**DATA RECORDS**
=== Section Start ===
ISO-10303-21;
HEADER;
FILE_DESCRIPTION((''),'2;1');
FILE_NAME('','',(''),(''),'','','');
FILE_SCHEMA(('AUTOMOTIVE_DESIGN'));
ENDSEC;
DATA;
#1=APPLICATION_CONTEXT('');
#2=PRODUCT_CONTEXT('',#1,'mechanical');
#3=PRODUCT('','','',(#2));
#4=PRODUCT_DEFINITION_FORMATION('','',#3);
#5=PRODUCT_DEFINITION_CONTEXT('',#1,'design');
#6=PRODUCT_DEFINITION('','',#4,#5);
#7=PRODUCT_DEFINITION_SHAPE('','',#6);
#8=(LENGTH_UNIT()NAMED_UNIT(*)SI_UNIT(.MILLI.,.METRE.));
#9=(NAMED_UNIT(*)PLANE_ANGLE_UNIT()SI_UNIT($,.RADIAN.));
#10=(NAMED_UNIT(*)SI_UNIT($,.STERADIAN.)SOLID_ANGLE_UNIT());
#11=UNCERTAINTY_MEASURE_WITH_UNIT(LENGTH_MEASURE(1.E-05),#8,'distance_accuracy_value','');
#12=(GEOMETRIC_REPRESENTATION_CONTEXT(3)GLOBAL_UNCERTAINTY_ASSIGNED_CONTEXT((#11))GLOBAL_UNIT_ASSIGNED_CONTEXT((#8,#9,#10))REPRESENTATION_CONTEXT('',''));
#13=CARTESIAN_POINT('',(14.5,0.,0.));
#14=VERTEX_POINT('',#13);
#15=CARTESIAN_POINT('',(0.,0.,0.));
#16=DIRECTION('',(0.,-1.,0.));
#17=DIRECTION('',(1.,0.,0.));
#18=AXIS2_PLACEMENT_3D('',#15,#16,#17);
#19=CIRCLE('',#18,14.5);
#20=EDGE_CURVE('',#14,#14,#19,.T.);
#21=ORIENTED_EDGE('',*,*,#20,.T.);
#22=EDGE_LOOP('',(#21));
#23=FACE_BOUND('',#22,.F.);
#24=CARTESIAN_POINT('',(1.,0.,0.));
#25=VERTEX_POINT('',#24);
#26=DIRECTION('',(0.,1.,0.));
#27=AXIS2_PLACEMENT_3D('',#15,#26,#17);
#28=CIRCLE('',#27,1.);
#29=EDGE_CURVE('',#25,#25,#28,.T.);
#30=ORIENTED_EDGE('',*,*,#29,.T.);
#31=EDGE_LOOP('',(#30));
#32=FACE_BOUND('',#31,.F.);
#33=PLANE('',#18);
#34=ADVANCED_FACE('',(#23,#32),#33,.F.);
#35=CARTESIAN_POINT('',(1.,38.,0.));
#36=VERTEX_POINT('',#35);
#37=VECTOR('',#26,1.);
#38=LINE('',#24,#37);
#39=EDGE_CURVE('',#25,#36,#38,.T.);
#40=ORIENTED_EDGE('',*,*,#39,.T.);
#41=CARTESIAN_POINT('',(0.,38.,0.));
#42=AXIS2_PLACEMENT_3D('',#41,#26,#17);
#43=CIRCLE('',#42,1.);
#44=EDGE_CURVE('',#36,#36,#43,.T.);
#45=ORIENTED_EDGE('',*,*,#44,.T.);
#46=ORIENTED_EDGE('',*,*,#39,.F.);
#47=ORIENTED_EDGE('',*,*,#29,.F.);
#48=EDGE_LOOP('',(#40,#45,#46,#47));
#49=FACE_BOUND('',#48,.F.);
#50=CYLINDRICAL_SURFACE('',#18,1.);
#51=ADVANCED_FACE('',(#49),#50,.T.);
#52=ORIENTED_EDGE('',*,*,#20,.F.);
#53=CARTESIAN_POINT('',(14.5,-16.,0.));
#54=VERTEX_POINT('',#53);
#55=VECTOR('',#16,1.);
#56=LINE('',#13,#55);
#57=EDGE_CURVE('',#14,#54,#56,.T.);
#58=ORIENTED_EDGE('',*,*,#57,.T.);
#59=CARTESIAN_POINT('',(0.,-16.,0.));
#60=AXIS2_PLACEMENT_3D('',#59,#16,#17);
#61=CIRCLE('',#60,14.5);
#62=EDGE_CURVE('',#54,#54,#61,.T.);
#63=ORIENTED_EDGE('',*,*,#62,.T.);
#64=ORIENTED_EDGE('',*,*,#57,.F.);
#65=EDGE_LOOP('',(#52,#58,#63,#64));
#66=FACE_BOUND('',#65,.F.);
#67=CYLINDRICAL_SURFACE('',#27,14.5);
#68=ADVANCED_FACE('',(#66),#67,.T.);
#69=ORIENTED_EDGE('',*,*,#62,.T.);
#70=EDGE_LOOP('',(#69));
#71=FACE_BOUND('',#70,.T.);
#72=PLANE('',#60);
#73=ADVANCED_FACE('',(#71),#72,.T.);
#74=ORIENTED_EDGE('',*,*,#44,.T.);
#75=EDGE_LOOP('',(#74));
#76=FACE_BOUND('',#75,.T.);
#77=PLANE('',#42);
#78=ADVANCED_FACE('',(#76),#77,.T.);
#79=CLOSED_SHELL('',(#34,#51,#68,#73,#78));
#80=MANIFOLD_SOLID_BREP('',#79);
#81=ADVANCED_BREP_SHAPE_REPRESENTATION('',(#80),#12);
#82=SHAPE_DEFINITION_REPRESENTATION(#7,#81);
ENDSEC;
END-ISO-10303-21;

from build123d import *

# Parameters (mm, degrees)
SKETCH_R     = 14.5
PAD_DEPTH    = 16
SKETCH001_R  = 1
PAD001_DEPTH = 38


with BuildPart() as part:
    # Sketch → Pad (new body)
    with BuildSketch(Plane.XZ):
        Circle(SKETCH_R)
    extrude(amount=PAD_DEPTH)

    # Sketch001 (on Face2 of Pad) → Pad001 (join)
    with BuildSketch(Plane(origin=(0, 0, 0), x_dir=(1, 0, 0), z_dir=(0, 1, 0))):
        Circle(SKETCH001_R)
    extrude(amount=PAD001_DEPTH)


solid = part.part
=== Section End ===
=== Section Start ===
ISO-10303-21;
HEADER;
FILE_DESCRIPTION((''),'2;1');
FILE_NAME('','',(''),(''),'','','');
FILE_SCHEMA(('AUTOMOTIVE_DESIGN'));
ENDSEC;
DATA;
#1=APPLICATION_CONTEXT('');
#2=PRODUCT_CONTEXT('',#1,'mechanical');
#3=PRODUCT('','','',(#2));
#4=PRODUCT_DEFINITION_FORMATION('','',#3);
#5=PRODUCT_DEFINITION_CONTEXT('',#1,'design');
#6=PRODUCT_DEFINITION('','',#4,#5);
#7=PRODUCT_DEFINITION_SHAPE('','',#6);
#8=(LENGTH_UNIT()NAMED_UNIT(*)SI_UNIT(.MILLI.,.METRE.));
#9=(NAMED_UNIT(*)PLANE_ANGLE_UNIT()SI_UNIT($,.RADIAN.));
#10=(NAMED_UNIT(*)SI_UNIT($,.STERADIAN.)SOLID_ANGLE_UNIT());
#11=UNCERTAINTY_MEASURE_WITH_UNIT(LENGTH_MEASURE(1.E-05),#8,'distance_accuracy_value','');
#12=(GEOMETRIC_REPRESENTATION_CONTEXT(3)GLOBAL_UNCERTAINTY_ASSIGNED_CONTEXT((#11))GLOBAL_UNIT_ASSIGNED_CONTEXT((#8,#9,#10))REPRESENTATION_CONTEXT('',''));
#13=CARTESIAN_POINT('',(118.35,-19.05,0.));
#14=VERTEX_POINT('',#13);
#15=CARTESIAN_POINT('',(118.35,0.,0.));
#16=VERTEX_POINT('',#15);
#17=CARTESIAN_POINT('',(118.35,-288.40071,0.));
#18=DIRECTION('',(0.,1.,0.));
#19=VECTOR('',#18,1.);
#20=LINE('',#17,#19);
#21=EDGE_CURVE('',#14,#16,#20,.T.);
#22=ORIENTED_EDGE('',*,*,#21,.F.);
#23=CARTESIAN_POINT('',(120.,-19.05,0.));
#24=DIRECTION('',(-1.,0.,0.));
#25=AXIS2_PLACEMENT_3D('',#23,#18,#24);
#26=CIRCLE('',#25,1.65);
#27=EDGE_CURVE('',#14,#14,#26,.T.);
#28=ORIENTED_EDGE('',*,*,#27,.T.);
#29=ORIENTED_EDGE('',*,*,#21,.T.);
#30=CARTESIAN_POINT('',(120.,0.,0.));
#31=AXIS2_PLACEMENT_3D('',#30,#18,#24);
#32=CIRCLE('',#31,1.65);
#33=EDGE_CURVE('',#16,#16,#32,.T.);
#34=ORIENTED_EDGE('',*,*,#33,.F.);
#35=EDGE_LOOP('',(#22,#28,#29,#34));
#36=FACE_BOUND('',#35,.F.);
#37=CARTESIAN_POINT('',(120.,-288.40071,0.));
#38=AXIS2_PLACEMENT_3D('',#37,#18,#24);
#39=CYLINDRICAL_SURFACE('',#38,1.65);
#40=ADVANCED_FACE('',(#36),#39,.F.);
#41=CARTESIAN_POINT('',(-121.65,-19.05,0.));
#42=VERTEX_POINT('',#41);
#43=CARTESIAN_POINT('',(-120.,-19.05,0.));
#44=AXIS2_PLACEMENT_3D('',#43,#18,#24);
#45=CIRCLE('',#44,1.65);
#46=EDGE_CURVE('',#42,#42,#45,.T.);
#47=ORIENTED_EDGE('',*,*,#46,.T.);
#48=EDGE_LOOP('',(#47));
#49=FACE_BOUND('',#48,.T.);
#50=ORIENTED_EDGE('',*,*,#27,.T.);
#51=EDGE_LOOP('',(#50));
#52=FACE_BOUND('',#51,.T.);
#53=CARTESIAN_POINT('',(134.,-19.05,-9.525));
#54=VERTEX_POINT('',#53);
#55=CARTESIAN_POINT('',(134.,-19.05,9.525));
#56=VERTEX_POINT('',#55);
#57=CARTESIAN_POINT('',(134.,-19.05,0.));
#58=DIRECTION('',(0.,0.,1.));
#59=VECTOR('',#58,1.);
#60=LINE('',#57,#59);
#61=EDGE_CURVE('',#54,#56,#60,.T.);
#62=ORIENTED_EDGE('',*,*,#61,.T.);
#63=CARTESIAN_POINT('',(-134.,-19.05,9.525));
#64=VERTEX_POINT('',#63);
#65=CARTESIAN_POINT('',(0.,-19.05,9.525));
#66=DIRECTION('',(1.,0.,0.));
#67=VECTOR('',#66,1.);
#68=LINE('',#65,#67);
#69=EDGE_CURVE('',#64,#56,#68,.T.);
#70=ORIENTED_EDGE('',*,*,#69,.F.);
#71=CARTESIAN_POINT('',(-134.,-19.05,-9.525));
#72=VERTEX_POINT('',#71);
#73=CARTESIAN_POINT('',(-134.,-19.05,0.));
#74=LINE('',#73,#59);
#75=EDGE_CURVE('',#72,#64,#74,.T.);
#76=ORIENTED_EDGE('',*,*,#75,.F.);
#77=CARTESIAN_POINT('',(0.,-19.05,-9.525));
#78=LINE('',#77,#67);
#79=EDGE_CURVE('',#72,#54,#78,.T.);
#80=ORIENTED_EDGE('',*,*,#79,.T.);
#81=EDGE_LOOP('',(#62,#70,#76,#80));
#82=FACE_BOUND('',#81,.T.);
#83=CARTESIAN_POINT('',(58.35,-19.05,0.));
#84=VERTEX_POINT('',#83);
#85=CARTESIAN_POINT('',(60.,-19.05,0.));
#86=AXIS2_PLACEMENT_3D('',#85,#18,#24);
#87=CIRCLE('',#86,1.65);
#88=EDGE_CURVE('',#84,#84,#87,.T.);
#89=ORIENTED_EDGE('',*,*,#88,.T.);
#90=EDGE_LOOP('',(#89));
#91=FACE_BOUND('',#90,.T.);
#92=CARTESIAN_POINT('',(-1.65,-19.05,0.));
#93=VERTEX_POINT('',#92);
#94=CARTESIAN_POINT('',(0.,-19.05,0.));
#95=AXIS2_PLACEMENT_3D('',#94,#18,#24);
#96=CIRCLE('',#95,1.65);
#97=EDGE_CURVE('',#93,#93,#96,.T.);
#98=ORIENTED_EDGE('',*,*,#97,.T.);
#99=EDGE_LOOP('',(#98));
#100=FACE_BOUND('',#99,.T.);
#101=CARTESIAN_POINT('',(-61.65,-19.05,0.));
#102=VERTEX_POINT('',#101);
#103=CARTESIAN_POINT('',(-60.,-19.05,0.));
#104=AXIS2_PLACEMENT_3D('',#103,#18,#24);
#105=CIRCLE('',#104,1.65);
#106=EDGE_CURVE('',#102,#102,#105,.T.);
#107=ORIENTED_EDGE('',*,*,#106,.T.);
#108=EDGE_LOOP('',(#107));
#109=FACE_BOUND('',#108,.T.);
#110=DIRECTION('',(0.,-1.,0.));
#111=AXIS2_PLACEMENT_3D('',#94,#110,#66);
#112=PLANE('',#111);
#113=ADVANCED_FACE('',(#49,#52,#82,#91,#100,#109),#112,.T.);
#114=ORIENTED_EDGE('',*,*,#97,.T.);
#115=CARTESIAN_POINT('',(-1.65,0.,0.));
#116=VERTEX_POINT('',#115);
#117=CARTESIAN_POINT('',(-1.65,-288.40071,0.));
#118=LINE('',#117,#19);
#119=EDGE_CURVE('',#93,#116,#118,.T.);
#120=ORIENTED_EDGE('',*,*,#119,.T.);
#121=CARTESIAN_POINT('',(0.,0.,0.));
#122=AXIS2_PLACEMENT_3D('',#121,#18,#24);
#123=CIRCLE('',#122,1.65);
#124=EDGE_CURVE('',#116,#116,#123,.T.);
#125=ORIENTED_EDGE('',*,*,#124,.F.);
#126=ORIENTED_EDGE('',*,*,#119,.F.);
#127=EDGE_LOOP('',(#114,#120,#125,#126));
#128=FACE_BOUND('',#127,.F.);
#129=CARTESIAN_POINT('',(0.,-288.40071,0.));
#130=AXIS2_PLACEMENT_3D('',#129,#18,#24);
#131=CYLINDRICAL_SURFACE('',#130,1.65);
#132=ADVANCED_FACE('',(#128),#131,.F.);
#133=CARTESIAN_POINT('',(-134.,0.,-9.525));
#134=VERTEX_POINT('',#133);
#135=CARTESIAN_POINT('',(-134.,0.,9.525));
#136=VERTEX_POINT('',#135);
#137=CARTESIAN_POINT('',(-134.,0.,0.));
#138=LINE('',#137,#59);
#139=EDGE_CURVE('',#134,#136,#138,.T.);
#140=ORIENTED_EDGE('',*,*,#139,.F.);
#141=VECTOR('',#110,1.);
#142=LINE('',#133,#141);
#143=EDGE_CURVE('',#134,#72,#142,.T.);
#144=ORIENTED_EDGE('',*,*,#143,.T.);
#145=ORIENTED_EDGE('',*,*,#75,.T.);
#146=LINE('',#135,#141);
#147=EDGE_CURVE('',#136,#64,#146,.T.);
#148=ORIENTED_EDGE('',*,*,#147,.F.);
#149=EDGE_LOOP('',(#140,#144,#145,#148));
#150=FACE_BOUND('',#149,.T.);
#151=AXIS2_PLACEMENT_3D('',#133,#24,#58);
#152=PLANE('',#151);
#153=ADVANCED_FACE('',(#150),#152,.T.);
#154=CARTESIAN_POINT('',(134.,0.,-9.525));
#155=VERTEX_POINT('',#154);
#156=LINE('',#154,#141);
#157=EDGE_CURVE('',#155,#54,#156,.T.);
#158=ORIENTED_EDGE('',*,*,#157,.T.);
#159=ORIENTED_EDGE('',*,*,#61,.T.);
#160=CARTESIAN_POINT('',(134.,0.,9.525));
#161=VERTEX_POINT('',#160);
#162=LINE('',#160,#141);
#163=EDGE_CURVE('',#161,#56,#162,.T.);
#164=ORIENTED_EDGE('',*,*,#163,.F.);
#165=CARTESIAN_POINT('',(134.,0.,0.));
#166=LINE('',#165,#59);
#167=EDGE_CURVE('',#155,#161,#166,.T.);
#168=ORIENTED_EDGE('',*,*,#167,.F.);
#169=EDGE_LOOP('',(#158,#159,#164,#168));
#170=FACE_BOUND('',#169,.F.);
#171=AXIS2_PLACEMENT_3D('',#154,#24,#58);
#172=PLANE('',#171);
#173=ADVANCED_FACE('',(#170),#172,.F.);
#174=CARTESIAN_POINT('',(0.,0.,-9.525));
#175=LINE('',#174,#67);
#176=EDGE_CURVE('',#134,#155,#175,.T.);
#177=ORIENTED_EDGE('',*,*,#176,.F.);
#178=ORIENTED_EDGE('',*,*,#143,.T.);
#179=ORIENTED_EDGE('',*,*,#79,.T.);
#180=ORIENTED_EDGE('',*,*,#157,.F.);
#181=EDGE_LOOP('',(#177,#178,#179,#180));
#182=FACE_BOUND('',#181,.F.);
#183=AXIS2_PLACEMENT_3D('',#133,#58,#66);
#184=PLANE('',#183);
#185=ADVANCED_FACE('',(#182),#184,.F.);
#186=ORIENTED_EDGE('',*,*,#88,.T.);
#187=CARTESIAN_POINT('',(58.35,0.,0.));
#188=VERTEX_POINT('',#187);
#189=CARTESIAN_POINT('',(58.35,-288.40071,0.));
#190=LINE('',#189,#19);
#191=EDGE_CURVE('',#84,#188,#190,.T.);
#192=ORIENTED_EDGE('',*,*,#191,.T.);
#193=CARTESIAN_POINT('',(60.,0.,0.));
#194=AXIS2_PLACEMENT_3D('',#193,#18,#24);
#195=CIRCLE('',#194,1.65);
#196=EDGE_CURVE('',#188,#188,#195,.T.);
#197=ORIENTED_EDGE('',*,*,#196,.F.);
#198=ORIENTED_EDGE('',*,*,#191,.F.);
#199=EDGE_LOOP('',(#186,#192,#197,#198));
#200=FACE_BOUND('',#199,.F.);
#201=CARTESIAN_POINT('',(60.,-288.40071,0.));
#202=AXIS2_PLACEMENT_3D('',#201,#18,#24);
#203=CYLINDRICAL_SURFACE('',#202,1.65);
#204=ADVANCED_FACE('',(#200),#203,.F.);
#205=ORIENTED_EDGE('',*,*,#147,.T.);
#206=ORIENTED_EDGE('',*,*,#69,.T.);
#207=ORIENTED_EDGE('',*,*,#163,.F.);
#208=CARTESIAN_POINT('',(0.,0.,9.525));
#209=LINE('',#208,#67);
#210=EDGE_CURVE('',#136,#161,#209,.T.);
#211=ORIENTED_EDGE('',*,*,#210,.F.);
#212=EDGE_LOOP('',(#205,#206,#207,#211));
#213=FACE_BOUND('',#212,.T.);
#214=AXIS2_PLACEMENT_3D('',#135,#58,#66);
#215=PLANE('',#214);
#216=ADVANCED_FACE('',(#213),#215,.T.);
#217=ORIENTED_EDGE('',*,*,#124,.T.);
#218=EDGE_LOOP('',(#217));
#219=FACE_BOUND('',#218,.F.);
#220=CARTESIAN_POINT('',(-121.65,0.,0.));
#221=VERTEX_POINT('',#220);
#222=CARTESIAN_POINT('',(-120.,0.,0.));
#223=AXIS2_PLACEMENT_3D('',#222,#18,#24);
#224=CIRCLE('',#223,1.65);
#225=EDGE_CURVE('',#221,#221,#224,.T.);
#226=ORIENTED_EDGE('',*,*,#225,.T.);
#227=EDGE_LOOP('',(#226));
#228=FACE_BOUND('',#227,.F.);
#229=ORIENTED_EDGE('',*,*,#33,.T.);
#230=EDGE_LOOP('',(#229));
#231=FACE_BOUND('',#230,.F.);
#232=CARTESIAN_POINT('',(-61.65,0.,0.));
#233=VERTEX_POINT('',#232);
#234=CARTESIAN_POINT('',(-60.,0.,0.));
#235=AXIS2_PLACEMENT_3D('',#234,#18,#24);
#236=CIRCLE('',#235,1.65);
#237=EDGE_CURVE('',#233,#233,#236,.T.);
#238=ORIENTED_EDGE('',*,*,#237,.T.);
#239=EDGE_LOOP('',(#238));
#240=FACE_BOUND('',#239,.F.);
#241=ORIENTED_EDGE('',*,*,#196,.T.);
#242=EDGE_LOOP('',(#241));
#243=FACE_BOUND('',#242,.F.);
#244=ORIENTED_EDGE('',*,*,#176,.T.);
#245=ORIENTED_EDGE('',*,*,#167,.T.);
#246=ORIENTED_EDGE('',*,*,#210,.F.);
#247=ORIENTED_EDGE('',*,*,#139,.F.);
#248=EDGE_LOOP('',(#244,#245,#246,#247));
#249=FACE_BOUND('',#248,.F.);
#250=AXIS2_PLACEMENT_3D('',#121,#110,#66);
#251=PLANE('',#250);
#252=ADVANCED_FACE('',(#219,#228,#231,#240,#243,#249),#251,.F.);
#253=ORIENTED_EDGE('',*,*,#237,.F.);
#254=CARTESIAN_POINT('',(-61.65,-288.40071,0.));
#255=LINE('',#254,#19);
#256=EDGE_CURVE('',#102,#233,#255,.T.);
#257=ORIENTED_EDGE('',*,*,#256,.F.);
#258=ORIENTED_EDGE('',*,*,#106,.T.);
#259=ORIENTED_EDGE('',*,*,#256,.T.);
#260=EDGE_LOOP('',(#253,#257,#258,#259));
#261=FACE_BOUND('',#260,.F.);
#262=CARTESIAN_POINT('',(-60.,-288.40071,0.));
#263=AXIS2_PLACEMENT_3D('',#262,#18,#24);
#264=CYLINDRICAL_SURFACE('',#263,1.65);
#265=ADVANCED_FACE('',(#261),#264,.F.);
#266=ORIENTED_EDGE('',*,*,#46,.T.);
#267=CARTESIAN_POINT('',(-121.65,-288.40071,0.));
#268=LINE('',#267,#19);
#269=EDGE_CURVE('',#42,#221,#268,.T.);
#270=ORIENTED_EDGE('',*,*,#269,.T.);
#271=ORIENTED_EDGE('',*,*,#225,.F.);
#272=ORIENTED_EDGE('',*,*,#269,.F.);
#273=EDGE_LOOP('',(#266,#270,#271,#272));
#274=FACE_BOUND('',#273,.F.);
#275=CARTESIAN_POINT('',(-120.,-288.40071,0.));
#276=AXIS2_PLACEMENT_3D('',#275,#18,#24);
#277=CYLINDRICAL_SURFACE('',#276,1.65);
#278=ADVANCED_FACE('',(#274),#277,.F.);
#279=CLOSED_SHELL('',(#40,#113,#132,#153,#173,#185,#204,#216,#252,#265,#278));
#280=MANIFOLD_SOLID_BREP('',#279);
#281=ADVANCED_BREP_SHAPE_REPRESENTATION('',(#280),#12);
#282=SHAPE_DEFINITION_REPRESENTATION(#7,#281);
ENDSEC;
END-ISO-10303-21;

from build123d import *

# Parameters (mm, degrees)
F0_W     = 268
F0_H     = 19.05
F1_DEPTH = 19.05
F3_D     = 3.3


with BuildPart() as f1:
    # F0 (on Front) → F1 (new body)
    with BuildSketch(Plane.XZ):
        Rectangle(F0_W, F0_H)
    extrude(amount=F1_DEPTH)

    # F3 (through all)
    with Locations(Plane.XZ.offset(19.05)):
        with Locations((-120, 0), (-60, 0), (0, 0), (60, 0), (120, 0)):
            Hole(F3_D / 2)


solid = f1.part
=== Section End ===
**REQUIRED ACTION**
Output should match, line for line, the stretch of the material above from the line holding "#72=VERTEX_POINT('',#71);" through the line holding "#124=EDGE_CURVE('',#116,#116,#123,.T.);".

**SOLUTION TO THIS TASK**
#72=VERTEX_POINT('',#71);
#73=CARTESIAN_POINT('',(-134.,-19.05,0.));
#74=LINE('',#73,#59);
#75=EDGE_CURVE('',#72,#64,#74,.T.);
#76=ORIENTED_EDGE('',*,*,#75,.F.);
#77=CARTESIAN_POINT('',(0.,-19.05,-9.525));
#78=LINE('',#77,#67);
#79=EDGE_CURVE('',#72,#54,#78,.T.);
#80=ORIENTED_EDGE('',*,*,#79,.T.);
#81=EDGE_LOOP('',(#62,#70,#76,#80));
#82=FACE_BOUND('',#81,.T.);
#83=CARTESIAN_POINT('',(58.35,-19.05,0.));
#84=VERTEX_POINT('',#83);
#85=CARTESIAN_POINT('',(60.,-19.05,0.));
#86=AXIS2_PLACEMENT_3D('',#85,#18,#24);
#87=CIRCLE('',#86,1.65);
#88=EDGE_CURVE('',#84,#84,#87,.T.);
#89=ORIENTED_EDGE('',*,*,#88,.T.);
#90=EDGE_LOOP('',(#89));
#91=FACE_BOUND('',#90,.T.);
#92=CARTESIAN_POINT('',(-1.65,-19.05,0.));
#93=VERTEX_POINT('',#92);
#94=CARTESIAN_POINT('',(0.,-19.05,0.));
#95=AXIS2_PLACEMENT_3D('',#94,#18,#24);
#96=CIRCLE('',#95,1.65);
#97=EDGE_CURVE('',#93,#93,#96,.T.);
#98=ORIENTED_EDGE('',*,*,#97,.T.);
#99=EDGE_LOOP('',(#98));
#100=FACE_BOUND('',#99,.T.);
#101=CARTESIAN_POINT('',(-61.65,-19.05,0.));
#102=VERTEX_POINT('',#101);
#103=CARTESIAN_POINT('',(-60.,-19.05,0.));
#104=AXIS2_PLACEMENT_3D('',#103,#18,#24);
#105=CIRCLE('',#104,1.65);
#106=EDGE_CURVE('',#102,#102,#105,.T.);
#107=ORIENTED_EDGE('',*,*,#106,.T.);
#108=EDGE_LOOP('',(#107));
#109=FACE_BOUND('',#108,.T.);
#110=DIRECTION('',(0.,-1.,0.));
#111=AXIS2_PLACEMENT_3D('',#94,#110,#66);
#112=PLANE('',#111);
#113=ADVANCED_FACE('',(#49,#52,#82,#91,#100,#109),#112,.T.);
#114=ORIENTED_EDGE('',*,*,#97,.T.);
#115=CARTESIAN_POINT('',(-1.65,0.,0.));
#116=VERTEX_POINT('',#115);
#117=CARTESIAN_POINT('',(-1.65,-288.40071,0.));
#118=LINE('',#117,#19);
#119=EDGE_CURVE('',#93,#116,#118,.T.);
#120=ORIENTED_EDGE('',*,*,#119,.T.);
#121=CARTESIAN_POINT('',(0.,0.,0.));
#122=AXIS2_PLACEMENT_3D('',#121,#18,#24);
#123=CIRCLE('',#122,1.65);
#124=EDGE_CURVE('',#116,#116,#123,.T.);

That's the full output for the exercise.